*Exercise aim*
Read through the records below and copy each line that uses the word "keep".

▽

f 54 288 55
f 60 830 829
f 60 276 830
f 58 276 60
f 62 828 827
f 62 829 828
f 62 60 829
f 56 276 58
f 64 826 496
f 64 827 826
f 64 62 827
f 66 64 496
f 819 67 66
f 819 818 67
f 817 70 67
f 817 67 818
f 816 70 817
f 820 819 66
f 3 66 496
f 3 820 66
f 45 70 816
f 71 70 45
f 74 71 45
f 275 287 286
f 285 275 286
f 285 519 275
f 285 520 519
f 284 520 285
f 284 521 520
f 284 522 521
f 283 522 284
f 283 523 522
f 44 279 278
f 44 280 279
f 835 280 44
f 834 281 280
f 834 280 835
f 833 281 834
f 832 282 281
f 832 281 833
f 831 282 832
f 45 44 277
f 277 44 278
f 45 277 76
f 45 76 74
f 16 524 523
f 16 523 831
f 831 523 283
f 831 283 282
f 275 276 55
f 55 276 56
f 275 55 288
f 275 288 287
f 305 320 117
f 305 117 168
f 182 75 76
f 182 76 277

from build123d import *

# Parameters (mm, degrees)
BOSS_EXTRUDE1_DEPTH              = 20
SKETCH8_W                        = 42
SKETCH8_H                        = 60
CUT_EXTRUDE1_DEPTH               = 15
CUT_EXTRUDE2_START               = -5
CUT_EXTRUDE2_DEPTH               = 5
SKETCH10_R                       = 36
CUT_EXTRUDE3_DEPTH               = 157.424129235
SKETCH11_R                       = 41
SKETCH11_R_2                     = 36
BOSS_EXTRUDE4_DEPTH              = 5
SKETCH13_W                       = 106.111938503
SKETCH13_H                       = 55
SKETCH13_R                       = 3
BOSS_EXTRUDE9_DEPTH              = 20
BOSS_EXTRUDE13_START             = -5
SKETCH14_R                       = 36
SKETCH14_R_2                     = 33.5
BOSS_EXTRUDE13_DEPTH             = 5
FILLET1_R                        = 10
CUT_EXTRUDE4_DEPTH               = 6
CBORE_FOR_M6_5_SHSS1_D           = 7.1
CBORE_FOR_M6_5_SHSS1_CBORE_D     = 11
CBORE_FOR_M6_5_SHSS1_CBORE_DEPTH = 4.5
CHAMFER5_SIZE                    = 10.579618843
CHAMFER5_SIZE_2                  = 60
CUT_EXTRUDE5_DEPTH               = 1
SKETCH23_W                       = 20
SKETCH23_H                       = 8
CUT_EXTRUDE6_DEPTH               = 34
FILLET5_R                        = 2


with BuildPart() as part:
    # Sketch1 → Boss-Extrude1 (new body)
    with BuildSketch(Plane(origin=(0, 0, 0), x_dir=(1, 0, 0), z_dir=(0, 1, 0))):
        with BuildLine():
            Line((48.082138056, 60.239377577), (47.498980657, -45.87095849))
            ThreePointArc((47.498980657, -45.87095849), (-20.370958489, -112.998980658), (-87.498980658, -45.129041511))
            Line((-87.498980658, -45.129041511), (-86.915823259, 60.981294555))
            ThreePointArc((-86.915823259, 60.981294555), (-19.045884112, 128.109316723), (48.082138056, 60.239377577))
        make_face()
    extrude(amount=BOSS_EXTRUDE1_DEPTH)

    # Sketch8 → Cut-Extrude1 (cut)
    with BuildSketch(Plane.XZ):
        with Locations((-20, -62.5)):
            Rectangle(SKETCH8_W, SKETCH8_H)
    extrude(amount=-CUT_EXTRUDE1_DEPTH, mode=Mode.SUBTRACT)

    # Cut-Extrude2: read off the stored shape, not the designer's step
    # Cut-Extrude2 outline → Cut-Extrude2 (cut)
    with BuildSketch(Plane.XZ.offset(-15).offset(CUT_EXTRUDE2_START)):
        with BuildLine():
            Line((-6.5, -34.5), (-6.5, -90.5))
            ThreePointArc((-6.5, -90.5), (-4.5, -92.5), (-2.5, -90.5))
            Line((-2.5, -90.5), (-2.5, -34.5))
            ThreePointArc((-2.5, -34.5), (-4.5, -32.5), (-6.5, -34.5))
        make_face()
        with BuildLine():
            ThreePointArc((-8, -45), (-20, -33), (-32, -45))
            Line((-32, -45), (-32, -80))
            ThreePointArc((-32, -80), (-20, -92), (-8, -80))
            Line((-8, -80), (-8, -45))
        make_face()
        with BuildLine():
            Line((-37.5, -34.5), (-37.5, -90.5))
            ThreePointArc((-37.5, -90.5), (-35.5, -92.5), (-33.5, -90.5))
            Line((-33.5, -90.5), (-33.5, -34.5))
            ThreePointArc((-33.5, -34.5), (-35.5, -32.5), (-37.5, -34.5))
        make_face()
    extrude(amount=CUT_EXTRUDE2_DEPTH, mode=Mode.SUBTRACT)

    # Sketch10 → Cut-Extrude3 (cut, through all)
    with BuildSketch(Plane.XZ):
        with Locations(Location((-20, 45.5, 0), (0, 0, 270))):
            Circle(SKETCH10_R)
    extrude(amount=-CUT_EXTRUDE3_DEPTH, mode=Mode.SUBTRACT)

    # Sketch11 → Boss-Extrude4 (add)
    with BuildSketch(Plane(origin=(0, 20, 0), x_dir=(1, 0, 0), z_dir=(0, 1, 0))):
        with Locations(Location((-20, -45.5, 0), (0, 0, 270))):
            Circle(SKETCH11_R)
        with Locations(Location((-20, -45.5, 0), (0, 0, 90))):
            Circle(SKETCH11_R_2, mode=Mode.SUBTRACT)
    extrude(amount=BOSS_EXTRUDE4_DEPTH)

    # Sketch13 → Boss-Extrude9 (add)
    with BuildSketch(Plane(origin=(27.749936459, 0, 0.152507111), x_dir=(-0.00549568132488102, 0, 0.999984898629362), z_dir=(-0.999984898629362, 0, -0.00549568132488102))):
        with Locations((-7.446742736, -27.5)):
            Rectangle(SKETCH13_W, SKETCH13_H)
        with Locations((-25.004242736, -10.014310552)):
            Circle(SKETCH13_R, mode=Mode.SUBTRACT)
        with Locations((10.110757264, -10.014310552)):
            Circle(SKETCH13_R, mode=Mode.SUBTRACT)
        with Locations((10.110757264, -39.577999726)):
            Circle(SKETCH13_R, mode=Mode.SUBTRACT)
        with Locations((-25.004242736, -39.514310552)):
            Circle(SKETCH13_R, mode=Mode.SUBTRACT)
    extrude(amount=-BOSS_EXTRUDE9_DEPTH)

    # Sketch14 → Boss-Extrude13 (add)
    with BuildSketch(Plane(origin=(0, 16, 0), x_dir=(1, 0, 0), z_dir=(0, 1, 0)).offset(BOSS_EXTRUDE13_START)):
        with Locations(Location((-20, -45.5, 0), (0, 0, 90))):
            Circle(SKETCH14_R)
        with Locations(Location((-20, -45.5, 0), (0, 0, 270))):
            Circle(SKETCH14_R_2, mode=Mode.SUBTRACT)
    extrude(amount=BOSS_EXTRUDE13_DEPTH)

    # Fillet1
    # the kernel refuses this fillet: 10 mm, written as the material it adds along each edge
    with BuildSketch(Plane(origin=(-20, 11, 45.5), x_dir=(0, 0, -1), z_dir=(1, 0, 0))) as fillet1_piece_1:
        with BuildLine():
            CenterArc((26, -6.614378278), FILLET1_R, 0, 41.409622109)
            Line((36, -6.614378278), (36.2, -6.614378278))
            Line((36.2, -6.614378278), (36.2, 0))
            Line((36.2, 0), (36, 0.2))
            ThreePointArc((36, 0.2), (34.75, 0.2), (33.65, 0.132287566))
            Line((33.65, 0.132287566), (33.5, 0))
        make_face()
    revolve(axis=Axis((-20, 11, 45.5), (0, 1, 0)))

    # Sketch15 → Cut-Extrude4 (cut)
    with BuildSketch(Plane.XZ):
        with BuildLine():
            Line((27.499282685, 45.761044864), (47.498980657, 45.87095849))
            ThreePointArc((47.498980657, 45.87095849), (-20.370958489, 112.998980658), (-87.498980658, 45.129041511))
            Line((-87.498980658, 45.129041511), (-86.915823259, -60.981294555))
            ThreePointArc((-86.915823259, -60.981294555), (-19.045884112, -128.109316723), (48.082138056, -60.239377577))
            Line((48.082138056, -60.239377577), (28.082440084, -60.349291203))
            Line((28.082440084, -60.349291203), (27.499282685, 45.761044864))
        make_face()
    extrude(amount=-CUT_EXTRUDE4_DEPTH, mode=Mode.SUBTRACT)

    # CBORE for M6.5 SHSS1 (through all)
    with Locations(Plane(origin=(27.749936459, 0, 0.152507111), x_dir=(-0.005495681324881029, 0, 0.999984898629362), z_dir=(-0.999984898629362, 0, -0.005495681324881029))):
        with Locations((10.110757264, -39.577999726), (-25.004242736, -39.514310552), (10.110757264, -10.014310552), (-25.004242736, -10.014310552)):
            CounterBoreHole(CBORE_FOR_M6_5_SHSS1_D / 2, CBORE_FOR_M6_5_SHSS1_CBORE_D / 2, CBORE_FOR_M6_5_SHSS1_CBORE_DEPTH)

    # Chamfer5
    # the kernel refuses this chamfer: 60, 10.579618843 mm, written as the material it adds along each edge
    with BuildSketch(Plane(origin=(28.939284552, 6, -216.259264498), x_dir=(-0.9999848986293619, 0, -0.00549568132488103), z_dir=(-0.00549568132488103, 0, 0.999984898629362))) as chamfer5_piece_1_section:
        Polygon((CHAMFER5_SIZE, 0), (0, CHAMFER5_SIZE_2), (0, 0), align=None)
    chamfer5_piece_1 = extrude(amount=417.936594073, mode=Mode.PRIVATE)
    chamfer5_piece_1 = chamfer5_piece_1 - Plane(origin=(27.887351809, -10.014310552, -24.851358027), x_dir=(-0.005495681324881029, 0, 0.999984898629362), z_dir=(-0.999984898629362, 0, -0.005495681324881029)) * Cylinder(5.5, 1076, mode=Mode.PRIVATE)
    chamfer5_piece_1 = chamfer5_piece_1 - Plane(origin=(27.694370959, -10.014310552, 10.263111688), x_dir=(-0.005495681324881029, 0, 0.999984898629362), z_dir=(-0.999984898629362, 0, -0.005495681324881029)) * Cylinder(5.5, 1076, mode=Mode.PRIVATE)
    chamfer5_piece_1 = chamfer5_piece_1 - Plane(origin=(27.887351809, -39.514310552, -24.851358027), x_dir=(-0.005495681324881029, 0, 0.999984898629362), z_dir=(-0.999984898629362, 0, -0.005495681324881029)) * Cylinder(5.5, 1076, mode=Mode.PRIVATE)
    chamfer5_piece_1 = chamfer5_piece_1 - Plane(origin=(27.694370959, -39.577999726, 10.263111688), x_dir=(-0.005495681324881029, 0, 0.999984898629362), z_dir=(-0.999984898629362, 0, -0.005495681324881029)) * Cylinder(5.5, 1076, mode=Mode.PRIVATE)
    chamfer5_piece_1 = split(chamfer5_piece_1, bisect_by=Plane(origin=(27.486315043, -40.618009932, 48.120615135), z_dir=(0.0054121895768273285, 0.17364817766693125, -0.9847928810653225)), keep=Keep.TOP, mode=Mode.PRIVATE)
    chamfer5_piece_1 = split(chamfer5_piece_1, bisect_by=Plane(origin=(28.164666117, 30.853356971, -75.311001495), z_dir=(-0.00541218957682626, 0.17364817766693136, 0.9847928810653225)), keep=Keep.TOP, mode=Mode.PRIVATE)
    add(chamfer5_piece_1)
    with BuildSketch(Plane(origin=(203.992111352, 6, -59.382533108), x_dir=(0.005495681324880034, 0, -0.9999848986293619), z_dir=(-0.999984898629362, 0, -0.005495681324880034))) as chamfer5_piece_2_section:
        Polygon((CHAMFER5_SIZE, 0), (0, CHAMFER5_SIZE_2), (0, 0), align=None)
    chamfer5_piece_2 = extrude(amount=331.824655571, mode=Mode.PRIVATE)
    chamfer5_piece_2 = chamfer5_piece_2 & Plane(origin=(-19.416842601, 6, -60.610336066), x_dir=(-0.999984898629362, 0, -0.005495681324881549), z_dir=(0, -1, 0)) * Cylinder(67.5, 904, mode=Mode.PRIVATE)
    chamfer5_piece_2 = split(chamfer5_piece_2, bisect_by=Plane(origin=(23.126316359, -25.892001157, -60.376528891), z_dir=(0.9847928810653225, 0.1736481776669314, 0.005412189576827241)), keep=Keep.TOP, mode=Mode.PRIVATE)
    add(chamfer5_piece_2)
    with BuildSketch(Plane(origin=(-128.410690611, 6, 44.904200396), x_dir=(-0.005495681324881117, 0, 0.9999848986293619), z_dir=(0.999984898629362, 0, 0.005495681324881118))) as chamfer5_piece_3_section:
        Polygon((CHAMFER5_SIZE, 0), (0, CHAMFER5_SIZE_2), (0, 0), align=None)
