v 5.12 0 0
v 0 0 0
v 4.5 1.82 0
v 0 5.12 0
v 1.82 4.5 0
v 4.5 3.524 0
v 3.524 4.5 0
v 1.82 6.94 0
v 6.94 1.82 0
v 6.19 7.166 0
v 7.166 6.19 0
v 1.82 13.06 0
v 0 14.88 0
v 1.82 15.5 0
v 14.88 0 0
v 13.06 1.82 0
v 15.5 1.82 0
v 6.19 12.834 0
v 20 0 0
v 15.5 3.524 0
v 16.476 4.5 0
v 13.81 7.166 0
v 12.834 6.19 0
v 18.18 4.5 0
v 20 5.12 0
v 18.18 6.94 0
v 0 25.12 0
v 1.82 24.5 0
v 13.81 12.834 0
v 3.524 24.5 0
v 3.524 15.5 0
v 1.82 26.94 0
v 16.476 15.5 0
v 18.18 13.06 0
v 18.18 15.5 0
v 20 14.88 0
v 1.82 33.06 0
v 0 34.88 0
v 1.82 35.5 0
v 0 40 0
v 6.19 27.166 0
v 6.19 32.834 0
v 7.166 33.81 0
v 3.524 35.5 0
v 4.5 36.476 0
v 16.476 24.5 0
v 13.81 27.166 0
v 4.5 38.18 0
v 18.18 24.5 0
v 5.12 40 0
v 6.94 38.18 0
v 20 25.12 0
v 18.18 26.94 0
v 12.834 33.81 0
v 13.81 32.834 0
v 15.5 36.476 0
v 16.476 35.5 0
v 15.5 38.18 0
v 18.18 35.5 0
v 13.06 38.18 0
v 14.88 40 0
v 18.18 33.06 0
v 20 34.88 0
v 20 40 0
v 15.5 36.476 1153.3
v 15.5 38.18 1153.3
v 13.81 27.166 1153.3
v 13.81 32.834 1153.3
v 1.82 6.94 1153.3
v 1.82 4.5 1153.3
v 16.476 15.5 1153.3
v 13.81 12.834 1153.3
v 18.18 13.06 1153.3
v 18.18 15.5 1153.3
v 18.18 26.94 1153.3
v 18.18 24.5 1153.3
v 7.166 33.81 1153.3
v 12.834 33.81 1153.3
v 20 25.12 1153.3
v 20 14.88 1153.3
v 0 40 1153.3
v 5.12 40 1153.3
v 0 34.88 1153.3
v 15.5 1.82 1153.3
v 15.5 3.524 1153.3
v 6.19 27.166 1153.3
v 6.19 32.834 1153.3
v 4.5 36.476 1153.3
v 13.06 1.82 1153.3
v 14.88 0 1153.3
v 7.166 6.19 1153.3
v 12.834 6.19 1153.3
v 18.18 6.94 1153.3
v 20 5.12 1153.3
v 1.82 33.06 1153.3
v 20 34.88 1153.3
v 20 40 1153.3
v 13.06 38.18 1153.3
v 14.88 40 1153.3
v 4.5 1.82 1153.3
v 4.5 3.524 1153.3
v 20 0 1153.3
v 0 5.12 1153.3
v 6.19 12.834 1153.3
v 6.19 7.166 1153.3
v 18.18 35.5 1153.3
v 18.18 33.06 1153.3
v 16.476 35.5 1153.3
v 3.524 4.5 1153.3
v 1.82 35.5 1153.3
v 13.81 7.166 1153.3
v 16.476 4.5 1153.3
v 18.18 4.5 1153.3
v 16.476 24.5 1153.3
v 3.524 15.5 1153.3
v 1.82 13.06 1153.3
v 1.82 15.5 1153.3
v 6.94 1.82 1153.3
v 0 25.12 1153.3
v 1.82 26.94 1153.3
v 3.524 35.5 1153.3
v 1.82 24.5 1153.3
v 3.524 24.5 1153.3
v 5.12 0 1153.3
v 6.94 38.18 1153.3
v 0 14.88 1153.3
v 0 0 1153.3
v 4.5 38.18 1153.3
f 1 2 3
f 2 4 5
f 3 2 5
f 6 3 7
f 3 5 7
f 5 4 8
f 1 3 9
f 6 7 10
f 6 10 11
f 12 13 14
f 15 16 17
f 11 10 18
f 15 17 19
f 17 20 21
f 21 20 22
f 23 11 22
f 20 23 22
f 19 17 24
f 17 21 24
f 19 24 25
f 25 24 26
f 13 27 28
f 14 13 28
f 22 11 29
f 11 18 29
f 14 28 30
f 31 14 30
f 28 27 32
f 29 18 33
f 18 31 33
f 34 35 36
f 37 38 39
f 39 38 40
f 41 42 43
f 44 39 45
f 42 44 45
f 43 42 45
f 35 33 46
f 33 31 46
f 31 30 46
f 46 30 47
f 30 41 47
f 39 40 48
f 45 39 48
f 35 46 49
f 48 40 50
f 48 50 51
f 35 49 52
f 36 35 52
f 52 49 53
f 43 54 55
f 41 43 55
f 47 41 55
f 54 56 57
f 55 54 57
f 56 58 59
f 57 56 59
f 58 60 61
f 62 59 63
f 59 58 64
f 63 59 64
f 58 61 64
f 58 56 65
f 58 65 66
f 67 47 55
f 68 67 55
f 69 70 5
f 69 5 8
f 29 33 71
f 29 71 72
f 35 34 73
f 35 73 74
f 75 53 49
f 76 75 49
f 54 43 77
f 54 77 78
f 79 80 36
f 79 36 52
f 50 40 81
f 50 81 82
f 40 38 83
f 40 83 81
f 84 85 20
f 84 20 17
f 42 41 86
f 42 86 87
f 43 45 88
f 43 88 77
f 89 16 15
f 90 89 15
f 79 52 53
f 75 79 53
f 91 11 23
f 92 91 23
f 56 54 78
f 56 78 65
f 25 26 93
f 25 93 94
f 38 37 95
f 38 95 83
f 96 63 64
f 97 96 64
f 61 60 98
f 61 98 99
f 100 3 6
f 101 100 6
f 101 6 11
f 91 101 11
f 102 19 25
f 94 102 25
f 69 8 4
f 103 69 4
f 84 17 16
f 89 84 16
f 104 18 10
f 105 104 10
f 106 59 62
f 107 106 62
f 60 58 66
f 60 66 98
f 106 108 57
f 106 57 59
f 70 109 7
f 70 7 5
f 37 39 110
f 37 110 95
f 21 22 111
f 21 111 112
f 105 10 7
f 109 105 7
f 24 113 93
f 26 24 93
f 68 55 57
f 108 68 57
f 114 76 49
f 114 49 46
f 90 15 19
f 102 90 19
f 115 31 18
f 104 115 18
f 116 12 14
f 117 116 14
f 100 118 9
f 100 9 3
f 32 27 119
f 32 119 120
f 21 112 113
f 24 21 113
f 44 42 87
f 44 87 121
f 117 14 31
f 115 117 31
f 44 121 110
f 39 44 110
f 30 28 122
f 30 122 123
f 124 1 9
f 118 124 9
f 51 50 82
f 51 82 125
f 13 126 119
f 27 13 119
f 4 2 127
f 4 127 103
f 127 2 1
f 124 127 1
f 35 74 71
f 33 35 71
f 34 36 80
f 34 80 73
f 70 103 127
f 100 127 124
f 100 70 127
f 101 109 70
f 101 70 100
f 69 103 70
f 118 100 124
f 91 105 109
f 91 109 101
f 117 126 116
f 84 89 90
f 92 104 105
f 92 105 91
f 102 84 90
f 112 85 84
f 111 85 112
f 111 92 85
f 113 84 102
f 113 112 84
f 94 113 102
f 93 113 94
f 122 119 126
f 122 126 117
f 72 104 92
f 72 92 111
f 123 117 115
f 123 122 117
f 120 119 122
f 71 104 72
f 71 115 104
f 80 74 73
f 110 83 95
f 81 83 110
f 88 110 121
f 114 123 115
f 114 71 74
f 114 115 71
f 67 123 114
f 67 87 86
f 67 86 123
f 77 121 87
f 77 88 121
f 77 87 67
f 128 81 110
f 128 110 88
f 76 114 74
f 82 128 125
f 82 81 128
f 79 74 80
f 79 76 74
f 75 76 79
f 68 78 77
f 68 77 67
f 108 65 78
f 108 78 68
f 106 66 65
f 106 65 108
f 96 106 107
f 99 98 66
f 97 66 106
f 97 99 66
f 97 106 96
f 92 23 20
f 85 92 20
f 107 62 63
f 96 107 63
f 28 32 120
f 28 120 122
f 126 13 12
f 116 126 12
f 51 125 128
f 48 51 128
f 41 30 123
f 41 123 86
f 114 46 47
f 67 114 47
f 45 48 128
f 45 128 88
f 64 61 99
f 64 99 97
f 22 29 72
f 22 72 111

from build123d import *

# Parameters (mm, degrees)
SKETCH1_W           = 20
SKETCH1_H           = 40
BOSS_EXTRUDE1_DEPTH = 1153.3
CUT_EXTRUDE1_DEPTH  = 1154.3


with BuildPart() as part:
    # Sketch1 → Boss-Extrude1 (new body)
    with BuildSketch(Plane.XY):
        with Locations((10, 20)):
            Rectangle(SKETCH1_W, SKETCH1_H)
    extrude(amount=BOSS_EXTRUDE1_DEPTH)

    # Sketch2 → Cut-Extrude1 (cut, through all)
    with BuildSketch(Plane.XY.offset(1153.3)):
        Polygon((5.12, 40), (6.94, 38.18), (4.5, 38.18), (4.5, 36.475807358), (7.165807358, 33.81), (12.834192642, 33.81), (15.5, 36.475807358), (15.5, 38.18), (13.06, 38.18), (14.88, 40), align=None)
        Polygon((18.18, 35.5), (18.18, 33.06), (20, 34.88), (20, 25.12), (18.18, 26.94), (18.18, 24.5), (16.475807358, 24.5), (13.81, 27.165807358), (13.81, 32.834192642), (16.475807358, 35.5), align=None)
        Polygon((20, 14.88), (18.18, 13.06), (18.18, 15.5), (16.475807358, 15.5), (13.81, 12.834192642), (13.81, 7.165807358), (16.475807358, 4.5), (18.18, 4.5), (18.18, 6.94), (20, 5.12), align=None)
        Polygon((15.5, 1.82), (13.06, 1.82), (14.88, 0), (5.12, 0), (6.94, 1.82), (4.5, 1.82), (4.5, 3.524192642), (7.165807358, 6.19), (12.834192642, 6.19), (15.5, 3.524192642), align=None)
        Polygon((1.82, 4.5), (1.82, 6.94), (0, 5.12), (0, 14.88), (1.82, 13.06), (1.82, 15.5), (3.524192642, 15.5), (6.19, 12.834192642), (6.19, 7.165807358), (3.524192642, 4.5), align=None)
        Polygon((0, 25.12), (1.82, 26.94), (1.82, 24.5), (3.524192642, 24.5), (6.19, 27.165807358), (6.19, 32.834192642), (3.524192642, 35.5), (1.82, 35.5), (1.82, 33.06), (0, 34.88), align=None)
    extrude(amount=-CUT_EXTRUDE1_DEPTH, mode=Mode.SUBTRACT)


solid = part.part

△
▽

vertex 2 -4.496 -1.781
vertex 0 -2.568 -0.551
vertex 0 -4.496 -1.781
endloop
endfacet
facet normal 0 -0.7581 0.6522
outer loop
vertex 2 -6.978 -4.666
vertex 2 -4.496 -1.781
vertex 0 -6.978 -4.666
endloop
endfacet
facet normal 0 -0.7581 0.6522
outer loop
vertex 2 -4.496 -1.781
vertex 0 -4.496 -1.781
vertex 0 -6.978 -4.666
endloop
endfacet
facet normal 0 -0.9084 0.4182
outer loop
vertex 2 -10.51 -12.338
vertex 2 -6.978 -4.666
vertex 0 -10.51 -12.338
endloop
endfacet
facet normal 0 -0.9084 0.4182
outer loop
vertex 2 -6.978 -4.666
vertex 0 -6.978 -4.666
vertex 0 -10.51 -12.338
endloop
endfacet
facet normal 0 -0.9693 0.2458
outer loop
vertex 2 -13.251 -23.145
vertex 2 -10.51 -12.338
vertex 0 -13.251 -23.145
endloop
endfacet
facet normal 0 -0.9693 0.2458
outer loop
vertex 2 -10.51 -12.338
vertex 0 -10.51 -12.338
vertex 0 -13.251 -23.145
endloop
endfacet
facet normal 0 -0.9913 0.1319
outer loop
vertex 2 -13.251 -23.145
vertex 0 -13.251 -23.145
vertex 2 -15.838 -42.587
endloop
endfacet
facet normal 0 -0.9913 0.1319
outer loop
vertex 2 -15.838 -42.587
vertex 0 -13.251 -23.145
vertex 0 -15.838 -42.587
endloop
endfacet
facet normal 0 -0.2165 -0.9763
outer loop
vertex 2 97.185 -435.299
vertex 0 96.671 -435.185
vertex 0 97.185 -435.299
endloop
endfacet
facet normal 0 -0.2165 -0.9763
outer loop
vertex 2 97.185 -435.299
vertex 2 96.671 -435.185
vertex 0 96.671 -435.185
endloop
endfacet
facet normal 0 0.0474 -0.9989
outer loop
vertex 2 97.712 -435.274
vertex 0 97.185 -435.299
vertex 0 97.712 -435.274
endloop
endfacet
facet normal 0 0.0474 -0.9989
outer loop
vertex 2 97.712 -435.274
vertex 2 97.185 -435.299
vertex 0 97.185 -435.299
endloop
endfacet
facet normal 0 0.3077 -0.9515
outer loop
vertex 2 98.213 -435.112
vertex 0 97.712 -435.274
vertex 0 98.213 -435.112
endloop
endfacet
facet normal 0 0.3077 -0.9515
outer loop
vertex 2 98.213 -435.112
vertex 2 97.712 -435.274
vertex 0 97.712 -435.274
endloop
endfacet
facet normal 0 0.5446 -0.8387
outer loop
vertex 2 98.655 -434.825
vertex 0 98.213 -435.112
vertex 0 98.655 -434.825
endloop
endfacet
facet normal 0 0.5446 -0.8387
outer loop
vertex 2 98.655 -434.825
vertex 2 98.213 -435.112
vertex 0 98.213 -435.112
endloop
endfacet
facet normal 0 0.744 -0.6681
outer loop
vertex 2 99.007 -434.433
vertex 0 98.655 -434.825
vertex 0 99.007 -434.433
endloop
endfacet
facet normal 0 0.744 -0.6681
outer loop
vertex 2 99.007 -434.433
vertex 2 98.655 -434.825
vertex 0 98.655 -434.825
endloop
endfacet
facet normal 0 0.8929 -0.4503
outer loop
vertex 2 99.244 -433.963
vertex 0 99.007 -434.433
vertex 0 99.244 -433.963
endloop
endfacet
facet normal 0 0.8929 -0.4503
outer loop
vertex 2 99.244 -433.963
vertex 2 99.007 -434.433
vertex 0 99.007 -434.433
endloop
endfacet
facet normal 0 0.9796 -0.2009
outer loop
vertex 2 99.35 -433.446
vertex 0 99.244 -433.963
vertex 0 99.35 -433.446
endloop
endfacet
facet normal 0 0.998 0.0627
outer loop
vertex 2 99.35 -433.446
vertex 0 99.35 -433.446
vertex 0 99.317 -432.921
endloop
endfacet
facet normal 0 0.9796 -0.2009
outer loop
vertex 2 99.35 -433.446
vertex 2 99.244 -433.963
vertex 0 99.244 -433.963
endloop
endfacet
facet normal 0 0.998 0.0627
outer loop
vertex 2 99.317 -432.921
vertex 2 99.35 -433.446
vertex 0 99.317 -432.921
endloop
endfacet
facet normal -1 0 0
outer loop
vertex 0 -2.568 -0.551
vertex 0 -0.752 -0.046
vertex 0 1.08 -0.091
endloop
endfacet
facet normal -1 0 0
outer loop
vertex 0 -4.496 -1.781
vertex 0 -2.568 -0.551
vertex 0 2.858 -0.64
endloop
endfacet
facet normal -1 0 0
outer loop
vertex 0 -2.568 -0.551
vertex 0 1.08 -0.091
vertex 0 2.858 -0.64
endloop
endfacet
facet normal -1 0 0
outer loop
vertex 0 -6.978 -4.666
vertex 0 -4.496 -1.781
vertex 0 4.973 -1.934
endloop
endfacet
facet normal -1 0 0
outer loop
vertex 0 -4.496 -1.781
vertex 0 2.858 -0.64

△

*Response*
    chamfer5_piece_1 = split(chamfer5_piece_1, bisect_by=Plane(origin=(27.486315043, -40.618009932, 48.120615135), z_dir=(0.0054121895768273285, 0.17364817766693125, -0.9847928810653225)), keep=Keep.TOP, mode=Mode.PRIVATE)
    chamfer5_piece_1 = split(chamfer5_piece_1, bisect_by=Plane(origin=(28.164666117, 30.853356971, -75.311001495), z_dir=(-0.00541218957682626, 0.17364817766693136, 0.9847928810653225)), keep=Keep.TOP, mode=Mode.PRIVATE)
    chamfer5_piece_2 = split(chamfer5_piece_2, bisect_by=Plane(origin=(23.126316359, -25.892001157, -60.376528891), z_dir=(0.9847928810653225, 0.1736481776669314, 0.005412189576827241)), keep=Keep.TOP, mode=Mode.PRIVATE)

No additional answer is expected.